Copy, word for word, each line of the data below from the first through the line containing "#33=ORIENTED_EDGE('',*,*,#32,.F.);", and stop there.
(INPUT DATA)
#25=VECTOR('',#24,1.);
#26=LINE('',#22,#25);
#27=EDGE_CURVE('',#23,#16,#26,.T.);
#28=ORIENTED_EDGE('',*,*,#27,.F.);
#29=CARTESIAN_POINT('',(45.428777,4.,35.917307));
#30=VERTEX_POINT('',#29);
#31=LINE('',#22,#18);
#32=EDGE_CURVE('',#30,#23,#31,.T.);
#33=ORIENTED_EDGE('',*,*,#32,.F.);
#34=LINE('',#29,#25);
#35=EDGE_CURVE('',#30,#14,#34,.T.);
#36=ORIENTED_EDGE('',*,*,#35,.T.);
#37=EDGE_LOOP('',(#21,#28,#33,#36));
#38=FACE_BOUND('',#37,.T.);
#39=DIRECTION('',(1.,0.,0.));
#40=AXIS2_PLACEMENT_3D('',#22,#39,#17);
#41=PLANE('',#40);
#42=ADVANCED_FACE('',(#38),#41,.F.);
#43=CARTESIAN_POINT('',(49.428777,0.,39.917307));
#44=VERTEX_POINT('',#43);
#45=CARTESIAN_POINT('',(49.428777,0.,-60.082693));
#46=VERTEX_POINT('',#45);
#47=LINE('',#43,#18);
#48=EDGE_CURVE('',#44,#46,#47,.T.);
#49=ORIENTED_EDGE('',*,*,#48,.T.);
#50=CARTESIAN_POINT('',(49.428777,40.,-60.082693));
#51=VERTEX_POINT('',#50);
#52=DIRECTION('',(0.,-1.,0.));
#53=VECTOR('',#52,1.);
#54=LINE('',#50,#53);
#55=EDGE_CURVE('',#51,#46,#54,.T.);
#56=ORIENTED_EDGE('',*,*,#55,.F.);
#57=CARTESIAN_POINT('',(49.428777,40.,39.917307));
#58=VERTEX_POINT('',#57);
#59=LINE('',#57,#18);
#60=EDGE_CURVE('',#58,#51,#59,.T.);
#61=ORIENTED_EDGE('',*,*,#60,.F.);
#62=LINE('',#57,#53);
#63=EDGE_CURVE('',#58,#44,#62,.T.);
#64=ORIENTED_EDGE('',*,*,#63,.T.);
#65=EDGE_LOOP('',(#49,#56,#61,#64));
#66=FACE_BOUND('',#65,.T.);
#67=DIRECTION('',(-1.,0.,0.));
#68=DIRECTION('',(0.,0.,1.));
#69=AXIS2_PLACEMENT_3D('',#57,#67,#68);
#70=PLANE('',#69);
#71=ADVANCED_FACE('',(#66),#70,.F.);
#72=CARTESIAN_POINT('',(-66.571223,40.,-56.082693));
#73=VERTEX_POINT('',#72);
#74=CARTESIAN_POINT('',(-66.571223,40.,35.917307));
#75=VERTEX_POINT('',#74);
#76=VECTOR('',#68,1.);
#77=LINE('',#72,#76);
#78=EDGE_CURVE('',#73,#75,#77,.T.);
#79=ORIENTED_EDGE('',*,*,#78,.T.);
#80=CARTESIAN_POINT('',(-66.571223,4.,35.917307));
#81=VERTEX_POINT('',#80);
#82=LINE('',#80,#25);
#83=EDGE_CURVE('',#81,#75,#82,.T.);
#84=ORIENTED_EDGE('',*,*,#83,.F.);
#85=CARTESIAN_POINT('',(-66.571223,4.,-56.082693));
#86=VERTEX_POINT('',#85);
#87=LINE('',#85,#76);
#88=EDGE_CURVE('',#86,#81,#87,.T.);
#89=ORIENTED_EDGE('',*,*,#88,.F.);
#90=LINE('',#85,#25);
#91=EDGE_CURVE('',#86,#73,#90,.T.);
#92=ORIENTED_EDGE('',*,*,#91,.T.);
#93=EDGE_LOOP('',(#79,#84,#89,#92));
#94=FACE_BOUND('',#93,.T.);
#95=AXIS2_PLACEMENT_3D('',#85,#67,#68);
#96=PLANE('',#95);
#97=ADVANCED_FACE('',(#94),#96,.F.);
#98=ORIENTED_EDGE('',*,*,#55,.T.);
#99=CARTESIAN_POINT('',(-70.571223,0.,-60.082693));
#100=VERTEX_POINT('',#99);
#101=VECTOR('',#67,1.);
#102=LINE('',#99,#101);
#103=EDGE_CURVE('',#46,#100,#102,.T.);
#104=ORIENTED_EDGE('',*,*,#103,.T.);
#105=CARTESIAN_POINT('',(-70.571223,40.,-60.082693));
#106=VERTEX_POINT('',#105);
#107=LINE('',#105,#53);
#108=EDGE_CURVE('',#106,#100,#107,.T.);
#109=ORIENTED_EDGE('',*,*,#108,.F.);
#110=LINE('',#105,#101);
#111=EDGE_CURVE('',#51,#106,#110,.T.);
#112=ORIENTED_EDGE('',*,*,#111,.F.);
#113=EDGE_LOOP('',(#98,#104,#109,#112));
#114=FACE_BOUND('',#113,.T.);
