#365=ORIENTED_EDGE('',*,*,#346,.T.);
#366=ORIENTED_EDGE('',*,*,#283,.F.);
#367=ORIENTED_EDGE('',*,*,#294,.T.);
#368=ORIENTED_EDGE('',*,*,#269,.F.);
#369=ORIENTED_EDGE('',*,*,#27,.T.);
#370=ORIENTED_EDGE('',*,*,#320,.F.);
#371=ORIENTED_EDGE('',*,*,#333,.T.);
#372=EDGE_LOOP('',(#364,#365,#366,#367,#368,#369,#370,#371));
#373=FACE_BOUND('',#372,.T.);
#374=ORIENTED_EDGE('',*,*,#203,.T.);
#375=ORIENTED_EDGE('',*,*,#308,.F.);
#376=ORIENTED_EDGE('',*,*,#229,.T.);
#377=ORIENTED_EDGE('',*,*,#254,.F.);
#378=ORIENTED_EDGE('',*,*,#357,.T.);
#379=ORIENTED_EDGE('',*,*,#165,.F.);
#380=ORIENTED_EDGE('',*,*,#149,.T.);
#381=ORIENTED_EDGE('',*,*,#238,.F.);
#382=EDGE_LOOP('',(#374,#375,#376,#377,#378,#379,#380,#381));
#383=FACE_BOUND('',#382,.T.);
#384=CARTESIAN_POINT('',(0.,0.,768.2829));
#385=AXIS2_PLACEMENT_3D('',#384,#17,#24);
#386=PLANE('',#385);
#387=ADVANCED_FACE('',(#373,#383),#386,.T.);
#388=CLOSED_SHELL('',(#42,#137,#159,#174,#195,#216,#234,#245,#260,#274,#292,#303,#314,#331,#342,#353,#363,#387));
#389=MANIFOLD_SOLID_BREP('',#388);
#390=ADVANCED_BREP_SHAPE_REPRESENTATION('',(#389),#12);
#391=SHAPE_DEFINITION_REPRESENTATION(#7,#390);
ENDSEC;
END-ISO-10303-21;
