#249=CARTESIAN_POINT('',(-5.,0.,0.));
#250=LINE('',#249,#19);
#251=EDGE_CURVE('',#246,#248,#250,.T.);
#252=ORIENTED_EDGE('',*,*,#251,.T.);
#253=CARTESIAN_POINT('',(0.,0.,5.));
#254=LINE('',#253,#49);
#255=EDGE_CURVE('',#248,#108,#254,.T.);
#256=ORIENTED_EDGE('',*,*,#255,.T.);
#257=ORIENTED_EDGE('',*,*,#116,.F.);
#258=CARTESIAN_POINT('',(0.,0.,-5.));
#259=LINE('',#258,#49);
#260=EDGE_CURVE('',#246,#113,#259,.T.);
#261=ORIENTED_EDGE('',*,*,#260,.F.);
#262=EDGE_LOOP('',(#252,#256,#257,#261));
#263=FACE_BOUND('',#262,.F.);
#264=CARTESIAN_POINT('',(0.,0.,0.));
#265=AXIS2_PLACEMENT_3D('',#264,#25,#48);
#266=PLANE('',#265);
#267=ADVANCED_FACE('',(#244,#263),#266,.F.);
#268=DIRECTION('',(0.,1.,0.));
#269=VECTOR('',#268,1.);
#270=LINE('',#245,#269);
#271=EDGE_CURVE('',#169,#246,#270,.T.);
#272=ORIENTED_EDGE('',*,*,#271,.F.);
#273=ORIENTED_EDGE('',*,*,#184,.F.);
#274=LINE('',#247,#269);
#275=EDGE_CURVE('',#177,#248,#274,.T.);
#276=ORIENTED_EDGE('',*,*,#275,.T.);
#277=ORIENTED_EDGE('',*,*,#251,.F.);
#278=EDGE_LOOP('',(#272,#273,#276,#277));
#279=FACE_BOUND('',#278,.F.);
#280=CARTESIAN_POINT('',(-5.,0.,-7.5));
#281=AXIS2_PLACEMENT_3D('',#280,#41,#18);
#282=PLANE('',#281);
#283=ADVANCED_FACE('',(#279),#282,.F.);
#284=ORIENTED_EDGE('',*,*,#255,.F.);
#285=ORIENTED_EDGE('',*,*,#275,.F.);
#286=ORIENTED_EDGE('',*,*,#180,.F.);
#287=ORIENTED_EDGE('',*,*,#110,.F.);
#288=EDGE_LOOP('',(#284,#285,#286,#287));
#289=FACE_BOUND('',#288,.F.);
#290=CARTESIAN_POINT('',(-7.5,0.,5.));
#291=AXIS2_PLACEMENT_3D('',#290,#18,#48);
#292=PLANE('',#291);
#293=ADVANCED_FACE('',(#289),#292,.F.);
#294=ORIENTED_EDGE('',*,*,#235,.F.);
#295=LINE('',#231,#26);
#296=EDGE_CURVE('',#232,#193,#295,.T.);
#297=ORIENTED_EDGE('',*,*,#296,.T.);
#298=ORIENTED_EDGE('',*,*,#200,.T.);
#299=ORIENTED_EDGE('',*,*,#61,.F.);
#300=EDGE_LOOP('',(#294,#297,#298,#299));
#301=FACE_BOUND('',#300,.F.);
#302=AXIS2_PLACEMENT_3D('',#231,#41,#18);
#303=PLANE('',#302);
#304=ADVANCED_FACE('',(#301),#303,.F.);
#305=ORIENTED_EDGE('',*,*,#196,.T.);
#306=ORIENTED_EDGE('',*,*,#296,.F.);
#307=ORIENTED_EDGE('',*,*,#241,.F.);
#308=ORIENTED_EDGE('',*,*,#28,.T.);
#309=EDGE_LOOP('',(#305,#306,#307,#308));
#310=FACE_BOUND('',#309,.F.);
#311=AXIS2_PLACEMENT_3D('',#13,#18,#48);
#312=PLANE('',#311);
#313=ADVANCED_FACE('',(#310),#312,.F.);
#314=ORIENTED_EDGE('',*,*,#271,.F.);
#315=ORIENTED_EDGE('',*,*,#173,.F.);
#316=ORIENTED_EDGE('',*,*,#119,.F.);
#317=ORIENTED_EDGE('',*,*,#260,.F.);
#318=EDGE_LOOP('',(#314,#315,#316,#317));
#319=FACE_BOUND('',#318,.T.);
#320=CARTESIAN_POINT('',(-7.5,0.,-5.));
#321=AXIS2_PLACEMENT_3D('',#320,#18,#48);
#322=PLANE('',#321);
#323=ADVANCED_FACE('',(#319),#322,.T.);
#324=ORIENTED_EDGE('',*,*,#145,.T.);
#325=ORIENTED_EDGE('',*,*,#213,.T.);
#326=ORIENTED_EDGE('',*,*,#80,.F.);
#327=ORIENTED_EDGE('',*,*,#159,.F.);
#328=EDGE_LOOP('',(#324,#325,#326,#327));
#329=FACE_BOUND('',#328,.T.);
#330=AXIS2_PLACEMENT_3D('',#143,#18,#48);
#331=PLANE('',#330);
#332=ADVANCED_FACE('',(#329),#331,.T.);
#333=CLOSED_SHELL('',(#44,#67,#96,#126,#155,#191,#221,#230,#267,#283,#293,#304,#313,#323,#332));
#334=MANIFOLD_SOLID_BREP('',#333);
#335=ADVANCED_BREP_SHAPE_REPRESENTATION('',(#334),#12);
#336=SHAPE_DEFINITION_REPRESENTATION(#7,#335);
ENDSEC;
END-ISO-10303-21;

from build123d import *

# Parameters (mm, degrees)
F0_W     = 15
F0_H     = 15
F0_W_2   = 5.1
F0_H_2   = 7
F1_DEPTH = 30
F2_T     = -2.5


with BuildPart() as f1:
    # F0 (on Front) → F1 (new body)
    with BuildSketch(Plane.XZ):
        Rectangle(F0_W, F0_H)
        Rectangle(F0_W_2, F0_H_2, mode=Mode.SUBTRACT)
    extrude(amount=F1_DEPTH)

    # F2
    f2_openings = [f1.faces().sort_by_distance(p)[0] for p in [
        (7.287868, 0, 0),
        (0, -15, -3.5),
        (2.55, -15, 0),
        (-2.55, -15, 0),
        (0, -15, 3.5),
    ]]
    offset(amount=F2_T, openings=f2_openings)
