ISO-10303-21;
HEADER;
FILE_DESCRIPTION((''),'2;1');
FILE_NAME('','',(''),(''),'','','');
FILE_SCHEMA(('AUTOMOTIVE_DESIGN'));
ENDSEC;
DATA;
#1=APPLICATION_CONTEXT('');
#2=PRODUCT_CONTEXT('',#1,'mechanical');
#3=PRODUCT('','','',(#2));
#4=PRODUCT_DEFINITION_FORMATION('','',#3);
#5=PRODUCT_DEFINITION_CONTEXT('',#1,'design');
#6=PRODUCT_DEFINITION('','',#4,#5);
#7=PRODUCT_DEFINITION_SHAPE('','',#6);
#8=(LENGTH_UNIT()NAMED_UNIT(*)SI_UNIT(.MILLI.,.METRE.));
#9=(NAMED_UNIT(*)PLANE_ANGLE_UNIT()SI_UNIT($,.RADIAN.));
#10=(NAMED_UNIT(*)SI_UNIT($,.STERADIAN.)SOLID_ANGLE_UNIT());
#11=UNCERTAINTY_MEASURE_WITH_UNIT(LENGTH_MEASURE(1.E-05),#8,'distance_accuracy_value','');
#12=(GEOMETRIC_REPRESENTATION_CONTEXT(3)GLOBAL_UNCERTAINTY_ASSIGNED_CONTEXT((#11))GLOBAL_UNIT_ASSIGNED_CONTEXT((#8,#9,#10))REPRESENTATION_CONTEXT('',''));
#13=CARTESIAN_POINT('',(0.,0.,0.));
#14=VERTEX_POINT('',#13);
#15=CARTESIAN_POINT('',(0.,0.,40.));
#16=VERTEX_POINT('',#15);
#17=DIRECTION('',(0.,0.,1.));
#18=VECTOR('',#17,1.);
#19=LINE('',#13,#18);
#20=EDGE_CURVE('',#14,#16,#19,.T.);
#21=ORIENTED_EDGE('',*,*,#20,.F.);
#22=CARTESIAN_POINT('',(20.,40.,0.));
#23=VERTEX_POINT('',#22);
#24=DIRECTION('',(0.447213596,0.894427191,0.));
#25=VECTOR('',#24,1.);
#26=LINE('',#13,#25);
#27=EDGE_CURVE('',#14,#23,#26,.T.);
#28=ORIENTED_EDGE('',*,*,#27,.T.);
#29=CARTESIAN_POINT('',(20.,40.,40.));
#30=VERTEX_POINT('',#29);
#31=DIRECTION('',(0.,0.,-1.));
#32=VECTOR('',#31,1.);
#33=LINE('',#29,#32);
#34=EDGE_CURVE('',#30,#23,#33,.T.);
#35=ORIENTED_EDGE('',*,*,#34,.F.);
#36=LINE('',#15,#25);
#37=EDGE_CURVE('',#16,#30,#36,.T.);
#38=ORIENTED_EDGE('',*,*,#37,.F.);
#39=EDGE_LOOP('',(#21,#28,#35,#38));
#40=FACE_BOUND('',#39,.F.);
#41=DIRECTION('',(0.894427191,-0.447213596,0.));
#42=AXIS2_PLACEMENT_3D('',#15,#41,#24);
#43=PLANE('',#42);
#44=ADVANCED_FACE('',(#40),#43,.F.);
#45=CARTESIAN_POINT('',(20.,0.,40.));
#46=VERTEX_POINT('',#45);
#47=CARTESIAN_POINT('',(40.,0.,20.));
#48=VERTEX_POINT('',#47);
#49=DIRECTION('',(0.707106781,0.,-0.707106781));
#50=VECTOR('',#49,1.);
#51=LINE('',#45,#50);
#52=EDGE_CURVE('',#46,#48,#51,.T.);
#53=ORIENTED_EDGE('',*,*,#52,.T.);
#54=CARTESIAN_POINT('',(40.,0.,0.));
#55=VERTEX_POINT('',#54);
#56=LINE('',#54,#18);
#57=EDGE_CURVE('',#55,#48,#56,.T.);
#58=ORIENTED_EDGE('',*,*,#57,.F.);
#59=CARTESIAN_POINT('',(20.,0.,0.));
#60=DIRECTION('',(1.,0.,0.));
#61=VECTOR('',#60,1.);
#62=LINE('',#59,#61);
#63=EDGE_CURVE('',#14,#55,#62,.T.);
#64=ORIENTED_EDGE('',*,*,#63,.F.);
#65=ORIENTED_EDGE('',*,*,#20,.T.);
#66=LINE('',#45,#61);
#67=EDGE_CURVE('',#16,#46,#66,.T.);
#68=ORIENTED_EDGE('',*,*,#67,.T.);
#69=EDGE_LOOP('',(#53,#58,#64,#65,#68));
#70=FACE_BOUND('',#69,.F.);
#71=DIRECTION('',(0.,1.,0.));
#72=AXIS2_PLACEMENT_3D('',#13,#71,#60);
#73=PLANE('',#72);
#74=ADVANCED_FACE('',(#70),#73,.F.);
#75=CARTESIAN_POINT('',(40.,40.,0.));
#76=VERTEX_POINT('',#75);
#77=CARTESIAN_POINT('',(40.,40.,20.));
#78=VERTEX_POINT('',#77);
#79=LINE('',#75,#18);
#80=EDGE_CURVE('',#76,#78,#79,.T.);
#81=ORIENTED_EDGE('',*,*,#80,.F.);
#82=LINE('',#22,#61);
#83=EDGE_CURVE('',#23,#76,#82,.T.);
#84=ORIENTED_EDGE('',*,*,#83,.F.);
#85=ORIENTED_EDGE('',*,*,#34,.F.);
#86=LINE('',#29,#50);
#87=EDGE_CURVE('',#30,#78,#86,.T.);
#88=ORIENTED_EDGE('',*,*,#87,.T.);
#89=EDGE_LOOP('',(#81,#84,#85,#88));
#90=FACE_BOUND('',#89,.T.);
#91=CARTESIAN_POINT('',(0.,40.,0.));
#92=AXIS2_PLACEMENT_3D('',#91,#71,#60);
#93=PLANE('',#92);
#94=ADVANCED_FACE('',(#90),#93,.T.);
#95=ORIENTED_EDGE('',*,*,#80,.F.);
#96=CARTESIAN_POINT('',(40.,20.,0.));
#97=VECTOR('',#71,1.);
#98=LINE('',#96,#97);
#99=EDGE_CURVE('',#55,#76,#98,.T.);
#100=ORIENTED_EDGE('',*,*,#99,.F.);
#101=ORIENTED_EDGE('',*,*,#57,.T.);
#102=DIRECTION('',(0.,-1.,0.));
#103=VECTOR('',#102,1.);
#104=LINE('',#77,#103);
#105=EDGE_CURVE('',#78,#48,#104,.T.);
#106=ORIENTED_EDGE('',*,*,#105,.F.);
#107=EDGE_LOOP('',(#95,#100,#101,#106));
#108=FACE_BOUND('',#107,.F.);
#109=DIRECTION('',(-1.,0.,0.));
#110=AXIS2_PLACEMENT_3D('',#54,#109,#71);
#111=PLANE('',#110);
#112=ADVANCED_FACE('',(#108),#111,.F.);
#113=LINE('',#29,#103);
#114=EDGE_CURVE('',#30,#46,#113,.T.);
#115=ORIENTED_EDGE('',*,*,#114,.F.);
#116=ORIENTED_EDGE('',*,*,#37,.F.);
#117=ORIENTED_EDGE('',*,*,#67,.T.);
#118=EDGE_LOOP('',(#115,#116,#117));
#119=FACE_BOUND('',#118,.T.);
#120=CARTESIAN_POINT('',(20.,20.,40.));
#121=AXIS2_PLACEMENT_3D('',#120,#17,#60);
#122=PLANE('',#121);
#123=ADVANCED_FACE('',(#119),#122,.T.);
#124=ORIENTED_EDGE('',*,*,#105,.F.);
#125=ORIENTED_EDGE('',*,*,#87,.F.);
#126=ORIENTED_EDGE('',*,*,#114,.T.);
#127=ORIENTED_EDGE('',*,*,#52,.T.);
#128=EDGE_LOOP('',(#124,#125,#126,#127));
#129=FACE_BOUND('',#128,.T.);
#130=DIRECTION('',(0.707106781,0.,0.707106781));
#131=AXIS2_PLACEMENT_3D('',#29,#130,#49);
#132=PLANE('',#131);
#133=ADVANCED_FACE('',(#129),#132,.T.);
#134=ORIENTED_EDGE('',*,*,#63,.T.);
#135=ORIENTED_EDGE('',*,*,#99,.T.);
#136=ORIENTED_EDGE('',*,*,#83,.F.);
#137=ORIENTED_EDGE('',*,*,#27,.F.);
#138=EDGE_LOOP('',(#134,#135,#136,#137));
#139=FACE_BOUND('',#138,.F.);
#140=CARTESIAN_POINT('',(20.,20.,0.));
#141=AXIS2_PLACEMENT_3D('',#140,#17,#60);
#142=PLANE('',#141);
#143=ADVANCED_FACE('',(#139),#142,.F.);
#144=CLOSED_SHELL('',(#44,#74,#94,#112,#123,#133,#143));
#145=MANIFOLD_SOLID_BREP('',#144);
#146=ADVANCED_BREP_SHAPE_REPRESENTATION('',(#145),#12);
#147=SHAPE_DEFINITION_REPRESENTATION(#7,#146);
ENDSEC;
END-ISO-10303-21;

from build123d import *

# Parameters (mm, degrees)
SKETCH1_W           = 40
SKETCH1_H           = 40
BOSS_EXTRUDE1_DEPTH = 40
CUT_EXTRUDE1_DEPTH  = 40
CUT_EXTRUDE2_DEPTH  = 40


with BuildPart() as part:
    # Sketch1 → Boss-Extrude1 (new body)
    with BuildSketch(Plane.XY):
        with Locations((20, 20)):
            Rectangle(SKETCH1_W, SKETCH1_H)
    extrude(amount=BOSS_EXTRUDE1_DEPTH)

    # Sketch2 → Cut-Extrude1 (cut)
    with BuildSketch(Plane.XY.offset(40)):
        Polygon((0, 0), (20, 40), (0, 40), align=None)
    extrude(amount=-CUT_EXTRUDE1_DEPTH, mode=Mode.SUBTRACT)

    # Sketch3 → Cut-Extrude2 (cut)
    with BuildSketch(Plane(origin=(0, 40, 0), x_dir=(1, 0, 0), z_dir=(0, 1, 0))):
        Polygon((20, -40), (40, -20), (40, -40), align=None)
    extrude(amount=-CUT_EXTRUDE2_DEPTH, mode=Mode.SUBTRACT)


solid = part.part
(End INPUT DATA)
YOUR SOLUTION
#25=VECTOR('',#24,1.);
#26=LINE('',#22,#25);
#27=EDGE_CURVE('',#23,#16,#26,.T.);
#28=ORIENTED_EDGE('',*,*,#27,.F.);
#29=CARTESIAN_POINT('',(45.428777,4.,35.917307));
#30=VERTEX_POINT('',#29);
#31=LINE('',#22,#18);
#32=EDGE_CURVE('',#30,#23,#31,.T.);
#33=ORIENTED_EDGE('',*,*,#32,.F.);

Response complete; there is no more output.